Each line of the data below from the one holding "#37=FACE_BOUND('',#36,.T.);" to the one holding "#98=ADVANCED_FACE('',(#93,#96),#97,.T.);", inclusive, is to be reproduced exactly; no other line belongs in the answer.

+++ SUPPLIED DATA +++

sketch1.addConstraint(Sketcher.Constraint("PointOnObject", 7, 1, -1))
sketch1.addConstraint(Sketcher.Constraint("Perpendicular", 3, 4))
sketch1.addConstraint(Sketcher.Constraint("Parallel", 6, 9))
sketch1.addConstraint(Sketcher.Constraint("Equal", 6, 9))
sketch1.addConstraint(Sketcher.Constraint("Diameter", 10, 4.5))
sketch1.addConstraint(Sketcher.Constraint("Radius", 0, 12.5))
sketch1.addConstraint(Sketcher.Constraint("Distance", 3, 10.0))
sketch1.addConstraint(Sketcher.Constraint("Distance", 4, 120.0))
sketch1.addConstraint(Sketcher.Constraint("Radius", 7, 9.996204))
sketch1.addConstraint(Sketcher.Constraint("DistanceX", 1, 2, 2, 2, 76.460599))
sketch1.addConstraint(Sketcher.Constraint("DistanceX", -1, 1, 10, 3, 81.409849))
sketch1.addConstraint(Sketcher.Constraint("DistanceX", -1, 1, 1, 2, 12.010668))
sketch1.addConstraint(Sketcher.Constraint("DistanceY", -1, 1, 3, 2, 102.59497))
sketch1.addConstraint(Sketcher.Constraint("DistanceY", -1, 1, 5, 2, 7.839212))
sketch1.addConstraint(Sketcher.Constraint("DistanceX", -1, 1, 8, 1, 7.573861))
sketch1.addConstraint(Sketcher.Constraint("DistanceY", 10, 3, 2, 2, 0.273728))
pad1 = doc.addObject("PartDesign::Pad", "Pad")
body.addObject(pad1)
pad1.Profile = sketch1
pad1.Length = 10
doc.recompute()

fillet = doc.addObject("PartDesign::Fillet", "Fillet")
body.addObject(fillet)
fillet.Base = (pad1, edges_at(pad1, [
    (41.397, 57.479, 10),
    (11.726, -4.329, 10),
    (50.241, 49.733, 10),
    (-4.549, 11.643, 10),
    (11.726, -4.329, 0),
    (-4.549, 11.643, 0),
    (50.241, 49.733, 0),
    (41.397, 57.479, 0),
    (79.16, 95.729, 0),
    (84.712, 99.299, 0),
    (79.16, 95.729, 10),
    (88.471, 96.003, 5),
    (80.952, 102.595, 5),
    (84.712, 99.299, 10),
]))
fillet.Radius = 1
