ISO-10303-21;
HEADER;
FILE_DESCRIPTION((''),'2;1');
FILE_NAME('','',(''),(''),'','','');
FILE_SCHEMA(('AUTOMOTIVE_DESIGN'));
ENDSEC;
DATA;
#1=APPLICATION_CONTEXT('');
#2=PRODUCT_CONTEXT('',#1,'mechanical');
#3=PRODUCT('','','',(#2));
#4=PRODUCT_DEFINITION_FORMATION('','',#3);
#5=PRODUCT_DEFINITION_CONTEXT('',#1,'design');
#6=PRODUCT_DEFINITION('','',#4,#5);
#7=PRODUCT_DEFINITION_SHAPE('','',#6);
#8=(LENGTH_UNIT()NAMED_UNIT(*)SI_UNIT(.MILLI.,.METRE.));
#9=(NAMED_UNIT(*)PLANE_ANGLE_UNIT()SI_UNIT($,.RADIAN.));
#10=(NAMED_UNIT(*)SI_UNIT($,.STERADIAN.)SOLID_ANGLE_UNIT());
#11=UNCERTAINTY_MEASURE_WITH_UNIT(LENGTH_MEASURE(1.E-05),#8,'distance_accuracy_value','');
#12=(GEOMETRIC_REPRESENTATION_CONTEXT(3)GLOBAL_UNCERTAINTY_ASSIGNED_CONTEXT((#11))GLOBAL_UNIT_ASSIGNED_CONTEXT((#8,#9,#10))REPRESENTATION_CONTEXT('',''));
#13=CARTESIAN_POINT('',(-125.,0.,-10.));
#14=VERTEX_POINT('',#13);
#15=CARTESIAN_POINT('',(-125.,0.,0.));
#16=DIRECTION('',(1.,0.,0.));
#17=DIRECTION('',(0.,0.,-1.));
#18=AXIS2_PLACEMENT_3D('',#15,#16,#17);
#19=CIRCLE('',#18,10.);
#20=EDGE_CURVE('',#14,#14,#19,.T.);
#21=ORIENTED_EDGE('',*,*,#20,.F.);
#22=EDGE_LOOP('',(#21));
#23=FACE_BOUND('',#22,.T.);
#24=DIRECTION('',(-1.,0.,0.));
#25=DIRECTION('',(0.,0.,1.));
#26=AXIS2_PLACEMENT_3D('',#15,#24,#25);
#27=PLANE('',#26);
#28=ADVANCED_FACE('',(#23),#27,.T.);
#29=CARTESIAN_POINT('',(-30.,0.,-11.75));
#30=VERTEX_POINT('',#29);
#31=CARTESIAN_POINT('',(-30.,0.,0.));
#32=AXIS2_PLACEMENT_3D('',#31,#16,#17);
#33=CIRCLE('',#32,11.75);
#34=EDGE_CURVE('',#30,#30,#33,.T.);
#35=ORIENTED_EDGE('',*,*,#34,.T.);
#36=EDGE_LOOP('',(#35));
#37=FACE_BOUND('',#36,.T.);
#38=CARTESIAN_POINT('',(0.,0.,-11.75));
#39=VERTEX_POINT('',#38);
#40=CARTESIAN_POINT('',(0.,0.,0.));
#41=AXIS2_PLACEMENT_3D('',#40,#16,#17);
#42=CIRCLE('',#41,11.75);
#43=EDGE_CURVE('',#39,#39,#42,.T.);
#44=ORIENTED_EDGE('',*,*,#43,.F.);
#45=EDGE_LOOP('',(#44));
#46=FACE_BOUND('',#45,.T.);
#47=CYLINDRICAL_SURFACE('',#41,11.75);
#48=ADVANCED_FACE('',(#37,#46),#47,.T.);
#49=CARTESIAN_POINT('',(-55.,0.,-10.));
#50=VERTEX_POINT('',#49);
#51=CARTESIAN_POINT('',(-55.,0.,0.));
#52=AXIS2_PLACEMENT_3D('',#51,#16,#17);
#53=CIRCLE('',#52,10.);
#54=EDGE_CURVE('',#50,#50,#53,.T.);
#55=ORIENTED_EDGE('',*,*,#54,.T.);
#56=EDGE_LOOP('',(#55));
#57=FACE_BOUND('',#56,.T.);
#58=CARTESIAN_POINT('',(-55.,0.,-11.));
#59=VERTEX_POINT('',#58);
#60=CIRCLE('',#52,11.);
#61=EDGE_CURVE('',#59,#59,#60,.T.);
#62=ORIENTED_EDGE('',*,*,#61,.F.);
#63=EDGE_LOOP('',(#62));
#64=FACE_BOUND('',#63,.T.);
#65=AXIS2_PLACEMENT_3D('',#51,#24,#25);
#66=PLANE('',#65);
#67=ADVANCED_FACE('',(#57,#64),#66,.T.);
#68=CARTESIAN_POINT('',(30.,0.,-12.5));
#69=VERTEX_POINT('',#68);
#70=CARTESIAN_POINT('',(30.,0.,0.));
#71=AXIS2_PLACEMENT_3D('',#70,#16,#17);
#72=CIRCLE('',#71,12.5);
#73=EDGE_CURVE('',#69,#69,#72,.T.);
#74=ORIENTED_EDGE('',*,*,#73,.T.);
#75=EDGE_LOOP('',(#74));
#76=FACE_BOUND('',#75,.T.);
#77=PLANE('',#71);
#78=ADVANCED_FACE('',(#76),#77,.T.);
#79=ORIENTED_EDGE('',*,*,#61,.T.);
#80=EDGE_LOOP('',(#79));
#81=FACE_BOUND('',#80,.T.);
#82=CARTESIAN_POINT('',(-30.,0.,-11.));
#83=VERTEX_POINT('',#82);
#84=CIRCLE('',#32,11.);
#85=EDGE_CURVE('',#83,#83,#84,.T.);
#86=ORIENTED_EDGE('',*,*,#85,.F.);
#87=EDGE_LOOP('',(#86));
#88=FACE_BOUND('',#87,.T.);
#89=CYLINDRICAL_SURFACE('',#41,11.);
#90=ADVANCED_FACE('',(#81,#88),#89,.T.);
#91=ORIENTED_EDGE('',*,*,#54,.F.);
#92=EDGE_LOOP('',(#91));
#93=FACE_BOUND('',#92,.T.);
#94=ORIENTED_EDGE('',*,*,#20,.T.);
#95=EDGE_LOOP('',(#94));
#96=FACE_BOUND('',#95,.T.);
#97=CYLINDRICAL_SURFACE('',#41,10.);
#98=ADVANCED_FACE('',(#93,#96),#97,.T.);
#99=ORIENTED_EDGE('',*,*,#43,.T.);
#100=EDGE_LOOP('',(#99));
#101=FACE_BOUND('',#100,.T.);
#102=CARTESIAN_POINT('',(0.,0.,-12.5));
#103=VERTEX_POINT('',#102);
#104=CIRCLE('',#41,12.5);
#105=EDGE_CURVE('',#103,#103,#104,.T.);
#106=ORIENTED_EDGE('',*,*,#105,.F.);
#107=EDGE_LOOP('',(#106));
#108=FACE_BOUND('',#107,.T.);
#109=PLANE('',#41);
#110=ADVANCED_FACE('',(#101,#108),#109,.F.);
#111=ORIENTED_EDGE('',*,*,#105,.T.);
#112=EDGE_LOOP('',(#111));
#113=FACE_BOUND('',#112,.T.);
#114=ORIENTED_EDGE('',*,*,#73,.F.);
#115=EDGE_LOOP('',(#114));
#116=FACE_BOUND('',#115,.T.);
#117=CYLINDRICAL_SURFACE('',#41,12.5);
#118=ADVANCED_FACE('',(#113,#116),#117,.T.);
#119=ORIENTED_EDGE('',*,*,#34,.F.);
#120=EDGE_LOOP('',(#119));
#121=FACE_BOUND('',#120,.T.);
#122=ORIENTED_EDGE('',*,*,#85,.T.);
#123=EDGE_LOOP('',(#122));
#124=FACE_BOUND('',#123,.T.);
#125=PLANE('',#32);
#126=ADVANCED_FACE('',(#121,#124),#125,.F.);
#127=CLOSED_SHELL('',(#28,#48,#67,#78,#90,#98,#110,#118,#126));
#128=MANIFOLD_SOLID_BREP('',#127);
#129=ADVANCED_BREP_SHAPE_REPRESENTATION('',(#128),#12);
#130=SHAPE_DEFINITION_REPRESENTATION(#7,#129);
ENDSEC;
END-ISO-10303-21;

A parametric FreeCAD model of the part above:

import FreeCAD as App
import Part
import Sketcher

V = App.Vector
Q = App.Units.Quantity

doc = App.newDocument("Part")
body = doc.addObject("PartDesign::Body", "Body")

sketch1 = body.newObject("Sketcher::SketchObject", "Sketch")
sketch1.AttachmentSupport = (doc.getObject("XY_Plane"), [""])
sketch1.MapMode = "FlatFace"
sketch1.addGeometry([
    Part.LineSegment(V(-55, 10, 0), V(-125, 10, 0)),
    Part.LineSegment(V(-125, 10, 0), V(-125, 0, 0)),
    Part.LineSegment(V(-125, 0, 0), V(30, 0, 0)),
    Part.LineSegment(V(30, 0, 0), V(30, 12.5, 0)),
    Part.LineSegment(V(30, 12.5, 0), V(0, 12.5, 0)),
    Part.LineSegment(V(0, 12.5, 0), V(0, 11.75, 0)),
    Part.LineSegment(V(0, 11.75, 0), V(-30, 11.75, 0)),
    Part.LineSegment(V(-30, 11.75, 0), V(-30, 11, 0)),
    Part.LineSegment(V(-30, 11, 0), V(-55, 11, 0)),
    Part.LineSegment(V(-55, 11, 0), V(-55, 10, 0)),
], False)
sketch1.addConstraint([
    Sketcher.Constraint("Coincident", 0, 2, 1, 1),
    Sketcher.Constraint("Coincident", 1, 2, 2, 1),
    Sketcher.Constraint("Coincident", 2, 2, 3, 1),
    Sketcher.Constraint("Coincident", 3, 2, 4, 1),
    Sketcher.Constraint("Coincident", 4, 2, 5, 1),
    Sketcher.Constraint("Coincident", 5, 2, 6, 1),
    Sketcher.Constraint("Coincident", 6, 2, 7, 1),
    Sketcher.Constraint("Coincident", 7, 2, 8, 1),
    Sketcher.Constraint("Coincident", 8, 2, 9, 1),
    Sketcher.Constraint("Coincident", 9, 2, 0, 1),
    Sketcher.Constraint("Horizontal", 0),
    Sketcher.Constraint("Vertical", 1),
    Sketcher.Constraint("Horizontal", 2),
    Sketcher.Constraint("Vertical", 3),
    Sketcher.Constraint("Horizontal", 4),
    Sketcher.Constraint("Vertical", 5),
    Sketcher.Constraint("Horizontal", 6),
    Sketcher.Constraint("Vertical", 7),
    Sketcher.Constraint("Horizontal", 8),
    Sketcher.Constraint("Vertical", 9),
    Sketcher.Constraint("PointOnObject", 1, 2, -1),
    Sketcher.Constraint("PointOnObject", 4, 2, -2),
    Sketcher.Constraint("Equal", 4, 6),
    Sketcher.Constraint("Equal", 5, 7),
    Sketcher.Constraint("DistanceX", 0, 2, 0, 1, Q("70 mm")),
    Sketcher.Constraint("DistanceX", 2, 1, 2, 2, Q("155 mm")),
    Sketcher.Constraint("DistanceX", 4, 2, 4, 1, Q("30 mm")),
    Sketcher.Constraint("DistanceY", 1, 2, 1, 1, Q("10 mm")),
    Sketcher.Constraint("DistanceY", 9, 2, 9, 1, Q("1 mm")),
    Sketcher.Constraint("DistanceY", 3, 1, 3, 2, Q("12.5 mm")),
])
revolution = body.newObject("PartDesign::Revolution", "Revolution")
revolution.Profile = sketch1
revolution.ReferenceAxis = (sketch1, ["H_Axis"])
revolution.Angle = 360

doc.recompute()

+++

* REPLY *
#37=FACE_BOUND('',#36,.T.);
#38=CARTESIAN_POINT('',(0.,0.,-11.75));
#39=VERTEX_POINT('',#38);
#40=CARTESIAN_POINT('',(0.,0.,0.));
#41=AXIS2_PLACEMENT_3D('',#40,#16,#17);
#42=CIRCLE('',#41,11.75);
#43=EDGE_CURVE('',#39,#39,#42,.T.);
#44=ORIENTED_EDGE('',*,*,#43,.F.);
#45=EDGE_LOOP('',(#44));
#46=FACE_BOUND('',#45,.T.);
#47=CYLINDRICAL_SURFACE('',#41,11.75);
#48=ADVANCED_FACE('',(#37,#46),#47,.T.);
#49=CARTESIAN_POINT('',(-55.,0.,-10.));
#50=VERTEX_POINT('',#49);
#51=CARTESIAN_POINT('',(-55.,0.,0.));
#52=AXIS2_PLACEMENT_3D('',#51,#16,#17);
#53=CIRCLE('',#52,10.);
#54=EDGE_CURVE('',#50,#50,#53,.T.);
#55=ORIENTED_EDGE('',*,*,#54,.T.);
#56=EDGE_LOOP('',(#55));
#57=FACE_BOUND('',#56,.T.);
#58=CARTESIAN_POINT('',(-55.,0.,-11.));
#59=VERTEX_POINT('',#58);
#60=CIRCLE('',#52,11.);
#61=EDGE_CURVE('',#59,#59,#60,.T.);
#62=ORIENTED_EDGE('',*,*,#61,.F.);
#63=EDGE_LOOP('',(#62));
#64=FACE_BOUND('',#63,.T.);
#65=AXIS2_PLACEMENT_3D('',#51,#24,#25);
#66=PLANE('',#65);
#67=ADVANCED_FACE('',(#57,#64),#66,.T.);
#68=CARTESIAN_POINT('',(30.,0.,-12.5));
#69=VERTEX_POINT('',#68);
#70=CARTESIAN_POINT('',(30.,0.,0.));
#71=AXIS2_PLACEMENT_3D('',#70,#16,#17);
#72=CIRCLE('',#71,12.5);
#73=EDGE_CURVE('',#69,#69,#72,.T.);
#74=ORIENTED_EDGE('',*,*,#73,.T.);
#75=EDGE_LOOP('',(#74));
#76=FACE_BOUND('',#75,.T.);
#77=PLANE('',#71);
#78=ADVANCED_FACE('',(#76),#77,.T.);
#79=ORIENTED_EDGE('',*,*,#61,.T.);
#80=EDGE_LOOP('',(#79));
#81=FACE_BOUND('',#80,.T.);
#82=CARTESIAN_POINT('',(-30.,0.,-11.));
#83=VERTEX_POINT('',#82);
#84=CIRCLE('',#32,11.);
#85=EDGE_CURVE('',#83,#83,#84,.T.);
#86=ORIENTED_EDGE('',*,*,#85,.F.);
#87=EDGE_LOOP('',(#86));
#88=FACE_BOUND('',#87,.T.);
#89=CYLINDRICAL_SURFACE('',#41,11.);
#90=ADVANCED_FACE('',(#81,#88),#89,.T.);
#91=ORIENTED_EDGE('',*,*,#54,.F.);
#92=EDGE_LOOP('',(#91));
#93=FACE_BOUND('',#92,.T.);
#94=ORIENTED_EDGE('',*,*,#20,.T.);
#95=EDGE_LOOP('',(#94));
#96=FACE_BOUND('',#95,.T.);
#97=CYLINDRICAL_SURFACE('',#41,10.);
#98=ADVANCED_FACE('',(#93,#96),#97,.T.);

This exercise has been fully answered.